Umbral: El sueño roto de la Falange: La mediocridad de un César de guardarropía.




 
   San Francidco...,                      novio de la muerte...

Leyenda del César Visionario: las negritas de Umbral en la gestación de la dictadura franquista.


            A Francisco Umbral lo leí asiduamente durante su colaboración, generosa y duradera, en El País, periódico del que fue columnista insignia durante muchos años en la Transición, hasta que decidió arrimarse al libidinoso Pedro José y su Mundo vertical de un siglo XXI que nunca acababa de llegar, acaso porque viajaba hacia atrás en el mundo periodístico a la búsqueda del agitprop, del que la teoría de la conspiración del 11-M acabó convirtiéndose en su losa sepulcral informativa.

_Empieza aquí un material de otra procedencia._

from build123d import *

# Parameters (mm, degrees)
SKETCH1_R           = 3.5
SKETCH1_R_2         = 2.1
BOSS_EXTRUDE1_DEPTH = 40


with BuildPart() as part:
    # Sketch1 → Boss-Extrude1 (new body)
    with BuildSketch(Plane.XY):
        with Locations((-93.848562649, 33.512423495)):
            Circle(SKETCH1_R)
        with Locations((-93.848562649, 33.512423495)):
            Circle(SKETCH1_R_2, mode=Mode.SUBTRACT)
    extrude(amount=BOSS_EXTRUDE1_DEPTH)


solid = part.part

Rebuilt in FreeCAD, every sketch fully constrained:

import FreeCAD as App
import Part
import Sketcher

doc = App.newDocument("Part")
body = doc.addObject("PartDesign::Body", "Body")

sketch1 = doc.addObject("Sketcher::SketchObject", "Sketch")
body.addObject(sketch1)
sketch1.AttachmentSupport = (doc.XY_Plane, [""])
sketch1.MapMode = "FlatFace"
sketch1.addGeometry([
    Part.Circle(App.Vector(-93.8, 33.5, 0), App.Vector(0, 0, 1), 3.5),
    Part.Circle(App.Vector(-93.8, 33.5, 0), App.Vector(0, 0, 1), 2.1),
], False)
sketch1.addConstraint([
    Sketcher.Constraint("Coincident", 1, 3, 0, 3),
    Sketcher.Constraint("Diameter", 0, 7.0),
    Sketcher.Constraint("Diameter", 1, 4.2),
    Sketcher.Constraint("DistanceX", 0, 3, -1, 1, 93.848563),
    Sketcher.Constraint("DistanceY", -1, 1, 0, 3, 33.512423),
])
pad1 = doc.addObject("PartDesign::Pad", "Pad")
body.addObject(pad1)
pad1.Profile = sketch1
pad1.Length = 40

doc.recompute()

           Umbral, empapado de Literatura hasta los tuétanos, y aun constipado de ella, y experto en el gacetillerismo de la anécdota elevada a categoría, se empeñó durante toda su vida en devenir un figurón literario, personaje público y pasto, a su vez, de anécdotas que lo incluyeran en su propia visión del mundo y en el molde privilegiado de sus propias negritas, con las que siempre quiso figurar. En esa faceta pública: Yo he venido aquí a hablar de mi libro; Muy bien, sí, pero ¿cuándo se hablará de mi libro?, sostenida desde la voz cavernosa y vallisoletana, envuelta en su sempiterna bufanda de quien se abriga la voz poética para no resfriarse en medios, como el televisivo, donde con facilidad se te llevan las corrientes, la verdad es que el hombretón, vuelto triste caricatura de los grandes de nuestras Letras, como Valle, por ejemplo, o el orbe Quevedo, se me volvía insignificante y antipático, a fuer de muy provinciano (la negra de Flaubert), aunque no señorito, sino esforzado autodidacto.

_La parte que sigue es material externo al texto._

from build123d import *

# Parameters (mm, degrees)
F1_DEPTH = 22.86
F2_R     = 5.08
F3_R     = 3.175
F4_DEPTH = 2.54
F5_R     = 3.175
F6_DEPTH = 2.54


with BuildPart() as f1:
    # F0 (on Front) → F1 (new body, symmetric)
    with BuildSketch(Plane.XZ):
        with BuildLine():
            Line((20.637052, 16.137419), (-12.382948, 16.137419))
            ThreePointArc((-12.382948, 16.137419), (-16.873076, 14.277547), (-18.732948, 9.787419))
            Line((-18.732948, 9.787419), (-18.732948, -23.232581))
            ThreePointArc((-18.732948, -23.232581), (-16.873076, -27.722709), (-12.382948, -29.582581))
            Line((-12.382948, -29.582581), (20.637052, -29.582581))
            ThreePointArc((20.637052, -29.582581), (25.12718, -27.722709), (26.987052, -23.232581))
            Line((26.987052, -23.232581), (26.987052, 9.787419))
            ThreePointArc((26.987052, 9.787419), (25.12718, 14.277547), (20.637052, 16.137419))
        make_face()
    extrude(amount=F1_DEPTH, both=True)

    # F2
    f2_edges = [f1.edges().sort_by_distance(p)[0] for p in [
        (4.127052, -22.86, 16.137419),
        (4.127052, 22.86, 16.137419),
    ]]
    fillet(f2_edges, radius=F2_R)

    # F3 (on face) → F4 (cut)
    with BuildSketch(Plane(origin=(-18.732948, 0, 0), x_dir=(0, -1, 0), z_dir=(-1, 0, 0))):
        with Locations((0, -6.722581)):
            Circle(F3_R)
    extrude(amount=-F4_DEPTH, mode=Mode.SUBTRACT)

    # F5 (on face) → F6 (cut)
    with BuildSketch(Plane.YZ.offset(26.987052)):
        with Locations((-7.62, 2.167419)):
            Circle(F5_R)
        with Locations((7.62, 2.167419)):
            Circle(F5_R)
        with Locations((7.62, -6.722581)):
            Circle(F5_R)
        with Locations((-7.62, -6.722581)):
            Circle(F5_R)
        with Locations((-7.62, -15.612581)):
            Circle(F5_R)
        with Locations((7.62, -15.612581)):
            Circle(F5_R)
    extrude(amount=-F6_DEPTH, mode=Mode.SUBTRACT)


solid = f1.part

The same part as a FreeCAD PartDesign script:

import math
import FreeCAD as App
import Part
import Sketcher
Q = App.Units.Quantity


def edges_at(feature, points):
    """Names of the edges that pass closest to the given points."""
    edges = feature.Shape.Edges
    near = lambda p: min(range(len(edges)), key=lambda i: edges[i].distToShape(Part.Vertex(*p))[0])
    return sorted({f"Edge{near(p) + 1}" for p in points})

doc = App.newDocument("Part")
body = doc.addObject("PartDesign::Body", "Body")

# Sketch on XZ plane
sketch1 = body.newObject("Sketcher::SketchObject", "Sketch")
sketch1.AttachmentSupport = (doc.getObject("XZ_Plane"), [""])
sketch1.MapMode = "FlatFace"
sketch1.addGeometry(Part.LineSegment(App.Vector(21, 16, 0), App.Vector(-12, 16, 0)), False)
sketch1.addGeometry(Part.ArcOfCircle(Part.Circle(App.Vector(-12, 10, 0), App.Vector(0, 0, 1), 6), math.radians(90), math.radians(180)), False)
sketch1.addGeometry(Part.LineSegment(App.Vector(-19, 10, 0), App.Vector(-19, -23, 0)), False)
sketch1.addGeometry(Part.ArcOfCircle(Part.Circle(App.Vector(-12, -23, 0), App.Vector(0, 0, 1), 6), math.radians(-180), math.radians(-90)), False)
sketch1.addGeometry(Part.LineSegment(App.Vector(-12, -30, 0), App.Vector(21, -30, 0)), False)
sketch1.addGeometry(Part.ArcOfCircle(Part.Circle(App.Vector(21, -23, 0), App.Vector(0, 0, 1), 6), math.radians(-90), math.radians(0)), False)
sketch1.addGeometry(Part.LineSegment(App.Vector(27, -23, 0), App.Vector(27, 10, 0)), False)
sketch1.addGeometry(Part.ArcOfCircle(Part.Circle(App.Vector(21, 10, 0), App.Vector(0, 0, 1), 6), math.radians(0), math.radians(90)), False)
sketch1.addConstraint(Sketcher.Constraint("Tangent", 0, 2, 1, 1))
sketch1.addConstraint(Sketcher.Constraint("Tangent", 1, 2, 2, 1))
sketch1.addConstraint(Sketcher.Constraint("Tangent", 2, 2, 3, 1))
sketch1.addConstraint(Sketcher.Constraint("Tangent", 3, 2, 4, 1))
sketch1.addConstraint(Sketcher.Constraint("Tangent", 4, 2, 5, 1))
sketch1.addConstraint(Sketcher.Constraint("Tangent", 5, 2, 6, 1))
sketch1.addConstraint(Sketcher.Constraint("Tangent", 6, 2, 7, 1))
sketch1.addConstraint(Sketcher.Constraint("Tangent", 7, 2, 0, 1))
sketch1.addConstraint(Sketcher.Constraint("Horizontal", 0))
sketch1.addConstraint(Sketcher.Constraint("Vertical", 2))
sketch1.addConstraint(Sketcher.Constraint("Horizontal", 4))
sketch1.addConstraint(Sketcher.Constraint("Vertical", 6))
sketch1.addConstraint(Sketcher.Constraint("Equal", 1, 3))
sketch1.addConstraint(Sketcher.Constraint("Equal", 3, 5))
sketch1.addConstraint(Sketcher.Constraint("Equal", 5, 7))
sketch1.addConstraint(Sketcher.Constraint("Equal", 4, 2))
sketch1.addConstraint(Sketcher.Constraint("Radius", 1, Q("0.25 in")))
sketch1.addConstraint(Sketcher.Constraint("DistanceX", 0, 2, 0, 1, Q("1.3 in")))
sketch1.addConstraint(Sketcher.Constraint("DistanceY", -1, 1, 1, 3, 9.787419))
sketch1.addConstraint(Sketcher.Constraint("DistanceX", -1, 1, 5, 3, 20.637052))
pad1 = body.newObject("PartDesign::Pad", "Pad")
pad1.Profile = sketch1
pad1.Length = Q("1.8 in")
pad1.Midplane = True
doc.recompute()

fillet = body.newObject("PartDesign::Fillet", "Fillet")
fillet.Base = (pad1, edges_at(pad1, [(4.127, -22.86, 16.137), (4.127, 22.86, 16.137)]))
fillet.Radius = Q("0.2 in")

# Sketch on YZ plane
sketch2 = body.newObject("Sketcher::SketchObject", "Sketch001")
sketch2.AttachmentSupport = (doc.getObject("YZ_Plane"), [""])
sketch2.MapMode = "FlatFace"
sketch2.AttachmentOffset = App.Placement(App.Vector(0, 0, -18.732948), App.Rotation())
sketch2.addGeometry(Part.Circle(App.Vector(0, -6.7, 0), App.Vector(0, 0, 1), 3.2), False)
sketch2.addConstraint(Sketcher.Constraint("PointOnObject", 0, 3, -2))
sketch2.addConstraint(Sketcher.Constraint("Diameter", 0, Q("0.25 in")))
sketch2.addConstraint(Sketcher.Constraint("DistanceY", 0, 3, -1, 1, 6.722581))
pocket1 = body.newObject("PartDesign::Pocket", "Pocket")
pocket1.Profile = sketch2
pocket1.Length = Q("0.1 in")
pocket1.Reversed = True

# Sketch on YZ plane
sketch3 = body.newObject("Sketcher::SketchObject", "Sketch002")
sketch3.AttachmentSupport = (doc.getObject("YZ_Plane"), [""])
sketch3.MapMode = "FlatFace"
sketch3.AttachmentOffset = App.Placement(App.Vector(0, 0, 26.987052), App.Rotation())
sketch3.addGeometry(Part.Circle(App.Vector(-7.6, 2.2, 0), App.Vector(0, 0, 1), 3.2), False)
sketch3.addGeometry(Part.Circle(App.Vector(7.6, 2.2, 0), App.Vector(0, 0, 1), 3.2), False)
sketch3.addGeometry(Part.Circle(App.Vector(7.6, -6.7, 0), App.Vector(0, 0, 1), 3.2), False)
sketch3.addGeometry(Part.Circle(App.Vector(-7.6, -6.7, 0), App.Vector(0, 0, 1), 3.2), False)
sketch3.addGeometry(Part.Circle(App.Vector(-7.6, -15.6, 0), App.Vector(0, 0, 1), 3.2), False)
sketch3.addGeometry(Part.Circle(App.Vector(7.6, -15.6, 0), App.Vector(0, 0, 1), 3.2), False)
sketch3.addConstraint(Sketcher.Constraint("Equal", 0, 1))
sketch3.addConstraint(Sketcher.Constraint("Equal", 1, 2))
sketch3.addConstraint(Sketcher.Constraint("Equal", 2, 3))
sketch3.addConstraint(Sketcher.Constraint("Equal", 3, 4))
sketch3.addConstraint(Sketcher.Constraint("Equal", 4, 5))
sketch3.addConstraint(Sketcher.Constraint("Symmetric", 0, 3, 1, 3, -2))
sketch3.addConstraint(Sketcher.Constraint("Symmetric", 2, 3, 3, 3, -2))
sketch3.addConstraint(Sketcher.Constraint("Symmetric", 4, 3, 5, 3, -2))
sketch3.addConstraint(Sketcher.Constraint("Vertical", 1, 3, 2, 3))
sketch3.addConstraint(Sketcher.Constraint("Vertical", 3, 3, 4, 3))
sketch3.addConstraint(Sketcher.Constraint("Diameter", 0, Q("0.25 in")))
sketch3.addConstraint(Sketcher.Constraint("DistanceX", 0, 3, -1, 1, Q("0.3 in")))
sketch3.addConstraint(Sketcher.Constraint("DistanceY", 4, 3, 0, 3, Q("0.7 in")))
sketch3.addConstraint(Sketcher.Constraint("DistanceY", 2, 3, 1, 3, Q("0.35 in")))
sketch3.addConstraint(Sketcher.Constraint("DistanceY", -1, 1, 0, 3, 2.167419))
pocket2 = body.newObject("PartDesign::Pocket", "Pocket001")
pocket2.Profile = sketch3
pocket2.Length = Q("0.1 in")

doc.recompute()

Lo anterior fue la razón determinante para no leer ninguna novela suya, ni siquiera la tan celebrada, polémica lingüística incluida, La noche en que llegue al Café Gijón, que tanto me olía al temido anecdotario, a poliantea, a florilegio. Su prosa periodística la intuía insufrible en una novela –como siempre me lo ha parecido la pseudolírica de Muñoz Molina, tanto en su pestiñosa Invierno en Lisboa como  en la hojeada El jinete polaco, que tanto me evocó la prosa empalagosa de los reportajes de Informe Semanal–, y no andaba del todo equivocado, aunque tampoco del todo cierto.
             Me ha complacido haber leído Leyenda del César Visionario porque es impagable la visión valleinclanesca que nos ofrece Umbral del mundo por de dentro del Movimiento Nacional, y de Falange, que inició una guerra cainita encabezada, a fuerza de codazos sangrientos, por el tripudo general masón Francisco Franco, quien maniobraría con chafarrinona habilidad galaica para deshacerse de todo intento de limitar políticamente su poder personal y autoritario –perdóneseme la redundancia– y mantenerse en el Poder hasta el día de su flebítica muerte, como le consintió la mayor parte de un pueblo agradecido y servil a partes desiguales, una base sociológica, diríamos ahora, que sintonizó con los valores tridentinos, hipócritas y antiintelectuales contra los que, por mi parte, hube de luchar durante el primer tercio de mi vida con denodados esfuerzos, porque ser hijo de un militar vencedor de la guerra no es nada fácil, menos aún cuando uno descubre que ha nacido, ideológicamente, en el bando equivocado, y, con horror, el mismo uno descubre un artículo del padre en un boletín de la HOAC con una proclama como ésta: “Hitler, Mussolini, dos ejemplos a seguir.”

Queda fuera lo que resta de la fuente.